■ To do: Lift every line from the entries that includes the word "SUBTRACT".

'''

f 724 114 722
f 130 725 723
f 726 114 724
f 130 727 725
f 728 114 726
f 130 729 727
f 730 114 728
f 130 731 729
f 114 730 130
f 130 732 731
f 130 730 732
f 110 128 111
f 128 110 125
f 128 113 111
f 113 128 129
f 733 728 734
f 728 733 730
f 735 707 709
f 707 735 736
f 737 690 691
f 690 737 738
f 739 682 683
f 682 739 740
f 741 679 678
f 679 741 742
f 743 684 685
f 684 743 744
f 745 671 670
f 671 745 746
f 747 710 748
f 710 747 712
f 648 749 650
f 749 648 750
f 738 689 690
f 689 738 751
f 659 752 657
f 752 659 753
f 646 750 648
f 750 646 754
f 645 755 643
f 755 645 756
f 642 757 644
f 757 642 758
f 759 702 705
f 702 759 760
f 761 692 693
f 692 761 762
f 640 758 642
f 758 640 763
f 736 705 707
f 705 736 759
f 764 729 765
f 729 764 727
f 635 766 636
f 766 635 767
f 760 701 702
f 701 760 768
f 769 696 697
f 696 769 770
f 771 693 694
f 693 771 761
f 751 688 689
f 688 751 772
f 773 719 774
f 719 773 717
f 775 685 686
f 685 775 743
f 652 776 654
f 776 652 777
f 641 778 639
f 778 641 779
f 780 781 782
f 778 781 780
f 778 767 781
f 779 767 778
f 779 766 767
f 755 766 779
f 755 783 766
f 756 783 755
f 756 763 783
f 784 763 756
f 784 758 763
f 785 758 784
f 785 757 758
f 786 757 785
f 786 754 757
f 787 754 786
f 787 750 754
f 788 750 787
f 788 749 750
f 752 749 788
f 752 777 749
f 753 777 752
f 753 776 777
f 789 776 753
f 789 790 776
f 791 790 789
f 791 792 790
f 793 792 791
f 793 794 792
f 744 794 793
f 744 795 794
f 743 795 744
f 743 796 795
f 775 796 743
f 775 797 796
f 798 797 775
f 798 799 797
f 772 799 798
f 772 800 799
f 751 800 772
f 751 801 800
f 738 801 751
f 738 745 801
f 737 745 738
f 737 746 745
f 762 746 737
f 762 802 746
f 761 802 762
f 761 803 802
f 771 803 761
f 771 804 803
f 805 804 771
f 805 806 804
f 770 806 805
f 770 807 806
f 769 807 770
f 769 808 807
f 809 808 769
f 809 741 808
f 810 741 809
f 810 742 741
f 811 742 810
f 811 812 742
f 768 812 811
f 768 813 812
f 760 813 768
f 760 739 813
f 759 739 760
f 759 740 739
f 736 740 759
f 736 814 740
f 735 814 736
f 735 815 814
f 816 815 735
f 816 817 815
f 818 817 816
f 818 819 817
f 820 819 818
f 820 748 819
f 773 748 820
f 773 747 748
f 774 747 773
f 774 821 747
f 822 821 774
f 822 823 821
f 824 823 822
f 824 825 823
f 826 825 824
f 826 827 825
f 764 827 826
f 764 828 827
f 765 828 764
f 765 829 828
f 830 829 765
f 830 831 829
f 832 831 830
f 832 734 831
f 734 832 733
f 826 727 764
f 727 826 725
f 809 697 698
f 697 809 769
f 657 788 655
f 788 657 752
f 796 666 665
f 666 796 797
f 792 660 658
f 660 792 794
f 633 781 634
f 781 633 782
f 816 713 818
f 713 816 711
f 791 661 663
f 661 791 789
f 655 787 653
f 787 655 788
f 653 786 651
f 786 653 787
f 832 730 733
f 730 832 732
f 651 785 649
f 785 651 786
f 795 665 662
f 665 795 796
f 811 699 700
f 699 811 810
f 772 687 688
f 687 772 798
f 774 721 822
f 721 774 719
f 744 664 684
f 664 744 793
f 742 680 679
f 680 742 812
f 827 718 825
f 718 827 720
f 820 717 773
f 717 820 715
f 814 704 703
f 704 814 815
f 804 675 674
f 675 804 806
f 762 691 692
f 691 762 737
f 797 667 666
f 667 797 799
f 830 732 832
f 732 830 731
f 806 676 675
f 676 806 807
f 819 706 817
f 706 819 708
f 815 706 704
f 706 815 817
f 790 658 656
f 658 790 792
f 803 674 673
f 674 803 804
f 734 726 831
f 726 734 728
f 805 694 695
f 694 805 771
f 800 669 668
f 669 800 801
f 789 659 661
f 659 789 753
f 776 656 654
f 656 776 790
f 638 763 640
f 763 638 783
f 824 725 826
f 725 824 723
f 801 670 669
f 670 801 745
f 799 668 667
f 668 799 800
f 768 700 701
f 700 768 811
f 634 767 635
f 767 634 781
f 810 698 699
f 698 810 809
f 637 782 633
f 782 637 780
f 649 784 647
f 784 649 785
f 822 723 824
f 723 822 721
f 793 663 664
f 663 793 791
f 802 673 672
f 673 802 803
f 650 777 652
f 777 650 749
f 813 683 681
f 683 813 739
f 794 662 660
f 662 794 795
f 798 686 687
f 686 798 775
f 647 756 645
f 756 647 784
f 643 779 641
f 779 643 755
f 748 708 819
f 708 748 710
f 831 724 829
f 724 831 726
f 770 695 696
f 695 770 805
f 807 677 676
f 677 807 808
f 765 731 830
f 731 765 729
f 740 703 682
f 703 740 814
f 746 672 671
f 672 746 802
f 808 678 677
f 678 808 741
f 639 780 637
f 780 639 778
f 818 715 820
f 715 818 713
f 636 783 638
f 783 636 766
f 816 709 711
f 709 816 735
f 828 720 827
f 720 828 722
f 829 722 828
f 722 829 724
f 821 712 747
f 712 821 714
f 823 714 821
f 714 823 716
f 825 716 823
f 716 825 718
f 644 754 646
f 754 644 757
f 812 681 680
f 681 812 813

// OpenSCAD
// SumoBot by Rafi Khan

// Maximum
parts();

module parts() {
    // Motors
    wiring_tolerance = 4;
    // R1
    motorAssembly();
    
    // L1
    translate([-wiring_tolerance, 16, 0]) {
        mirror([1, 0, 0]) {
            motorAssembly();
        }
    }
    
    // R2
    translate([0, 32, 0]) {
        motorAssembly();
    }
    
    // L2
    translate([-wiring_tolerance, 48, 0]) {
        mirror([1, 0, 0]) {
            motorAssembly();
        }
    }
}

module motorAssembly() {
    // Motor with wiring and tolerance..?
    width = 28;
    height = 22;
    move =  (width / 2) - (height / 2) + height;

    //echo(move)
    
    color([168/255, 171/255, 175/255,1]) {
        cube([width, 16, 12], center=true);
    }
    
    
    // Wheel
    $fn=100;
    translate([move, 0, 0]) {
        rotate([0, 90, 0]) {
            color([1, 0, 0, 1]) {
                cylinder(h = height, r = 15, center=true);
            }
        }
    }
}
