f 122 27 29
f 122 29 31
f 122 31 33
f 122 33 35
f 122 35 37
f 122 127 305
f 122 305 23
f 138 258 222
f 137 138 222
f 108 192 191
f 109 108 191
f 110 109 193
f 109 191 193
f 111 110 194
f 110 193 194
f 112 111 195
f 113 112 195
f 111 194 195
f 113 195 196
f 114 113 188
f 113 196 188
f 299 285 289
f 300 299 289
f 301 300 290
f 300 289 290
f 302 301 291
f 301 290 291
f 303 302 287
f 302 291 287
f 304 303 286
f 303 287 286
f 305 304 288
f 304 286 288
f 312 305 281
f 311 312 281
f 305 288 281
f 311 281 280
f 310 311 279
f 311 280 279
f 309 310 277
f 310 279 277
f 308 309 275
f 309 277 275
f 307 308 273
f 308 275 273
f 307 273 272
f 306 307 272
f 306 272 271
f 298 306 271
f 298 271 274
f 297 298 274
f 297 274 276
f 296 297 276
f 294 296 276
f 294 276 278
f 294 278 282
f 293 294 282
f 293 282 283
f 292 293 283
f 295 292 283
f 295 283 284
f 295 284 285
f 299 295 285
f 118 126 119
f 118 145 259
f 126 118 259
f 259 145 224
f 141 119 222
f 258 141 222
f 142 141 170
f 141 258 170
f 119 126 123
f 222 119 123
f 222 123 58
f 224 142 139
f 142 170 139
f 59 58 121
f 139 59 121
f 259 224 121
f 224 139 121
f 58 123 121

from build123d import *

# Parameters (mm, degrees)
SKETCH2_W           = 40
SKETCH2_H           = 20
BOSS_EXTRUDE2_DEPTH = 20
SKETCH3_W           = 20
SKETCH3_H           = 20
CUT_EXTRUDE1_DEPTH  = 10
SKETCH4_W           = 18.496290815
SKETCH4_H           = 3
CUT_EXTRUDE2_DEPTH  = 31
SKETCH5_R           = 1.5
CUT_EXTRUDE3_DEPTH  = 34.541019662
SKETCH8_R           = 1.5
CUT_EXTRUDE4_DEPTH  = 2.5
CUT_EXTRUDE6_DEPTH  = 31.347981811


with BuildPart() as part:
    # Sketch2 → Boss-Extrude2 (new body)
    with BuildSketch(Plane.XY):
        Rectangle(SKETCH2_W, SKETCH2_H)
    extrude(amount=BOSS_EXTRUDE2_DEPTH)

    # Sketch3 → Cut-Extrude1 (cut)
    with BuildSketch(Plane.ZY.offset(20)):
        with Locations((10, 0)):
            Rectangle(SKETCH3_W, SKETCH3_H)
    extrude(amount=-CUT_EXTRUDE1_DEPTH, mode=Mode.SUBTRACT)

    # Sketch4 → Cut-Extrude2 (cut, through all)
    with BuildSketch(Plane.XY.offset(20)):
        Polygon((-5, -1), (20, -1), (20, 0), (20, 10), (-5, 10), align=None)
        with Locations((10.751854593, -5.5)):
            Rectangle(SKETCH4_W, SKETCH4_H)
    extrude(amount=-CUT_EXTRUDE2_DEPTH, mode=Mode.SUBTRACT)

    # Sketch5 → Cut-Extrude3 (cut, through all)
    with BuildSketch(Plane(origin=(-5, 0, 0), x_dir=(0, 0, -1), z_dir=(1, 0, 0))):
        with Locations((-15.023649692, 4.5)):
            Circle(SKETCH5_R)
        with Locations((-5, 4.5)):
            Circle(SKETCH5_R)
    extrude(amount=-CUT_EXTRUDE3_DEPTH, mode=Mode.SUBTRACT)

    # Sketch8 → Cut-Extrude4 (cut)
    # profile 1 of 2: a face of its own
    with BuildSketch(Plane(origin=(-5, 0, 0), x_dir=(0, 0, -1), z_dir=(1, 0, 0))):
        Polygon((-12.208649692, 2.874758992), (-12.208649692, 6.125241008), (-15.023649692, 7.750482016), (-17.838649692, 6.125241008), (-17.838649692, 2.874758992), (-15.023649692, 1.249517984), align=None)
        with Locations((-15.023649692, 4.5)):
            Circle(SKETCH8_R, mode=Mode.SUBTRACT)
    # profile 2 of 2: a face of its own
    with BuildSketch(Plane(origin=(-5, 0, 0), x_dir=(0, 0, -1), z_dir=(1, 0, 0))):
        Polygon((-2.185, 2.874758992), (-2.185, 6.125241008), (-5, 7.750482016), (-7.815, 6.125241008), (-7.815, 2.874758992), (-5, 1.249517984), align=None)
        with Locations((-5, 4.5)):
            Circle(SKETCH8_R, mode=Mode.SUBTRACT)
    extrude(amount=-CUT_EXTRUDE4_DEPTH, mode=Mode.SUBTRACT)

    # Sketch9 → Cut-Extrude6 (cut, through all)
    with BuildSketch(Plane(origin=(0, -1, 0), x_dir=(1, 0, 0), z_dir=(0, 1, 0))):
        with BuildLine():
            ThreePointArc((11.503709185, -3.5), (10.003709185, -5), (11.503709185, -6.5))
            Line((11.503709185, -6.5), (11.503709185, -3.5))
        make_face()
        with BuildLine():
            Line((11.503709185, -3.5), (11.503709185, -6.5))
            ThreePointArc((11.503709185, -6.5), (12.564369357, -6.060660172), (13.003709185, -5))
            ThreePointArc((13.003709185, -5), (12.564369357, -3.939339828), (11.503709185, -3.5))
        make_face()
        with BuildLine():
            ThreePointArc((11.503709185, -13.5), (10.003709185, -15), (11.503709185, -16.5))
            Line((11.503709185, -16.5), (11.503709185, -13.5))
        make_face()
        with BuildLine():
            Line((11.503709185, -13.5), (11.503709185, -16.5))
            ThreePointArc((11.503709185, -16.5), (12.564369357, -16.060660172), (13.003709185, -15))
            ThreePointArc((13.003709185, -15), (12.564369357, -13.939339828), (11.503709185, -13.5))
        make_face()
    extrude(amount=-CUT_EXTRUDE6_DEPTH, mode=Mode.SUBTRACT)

'''

■ Exercise solution:
    extrude(amount=-CUT_EXTRUDE1_DEPTH, mode=Mode.SUBTRACT)
    extrude(amount=-CUT_EXTRUDE2_DEPTH, mode=Mode.SUBTRACT)
    extrude(amount=-CUT_EXTRUDE3_DEPTH, mode=Mode.SUBTRACT)
            Circle(SKETCH8_R, mode=Mode.SUBTRACT)
            Circle(SKETCH8_R, mode=Mode.SUBTRACT)
    extrude(amount=-CUT_EXTRUDE4_DEPTH, mode=Mode.SUBTRACT)
    extrude(amount=-CUT_EXTRUDE6_DEPTH, mode=Mode.SUBTRACT)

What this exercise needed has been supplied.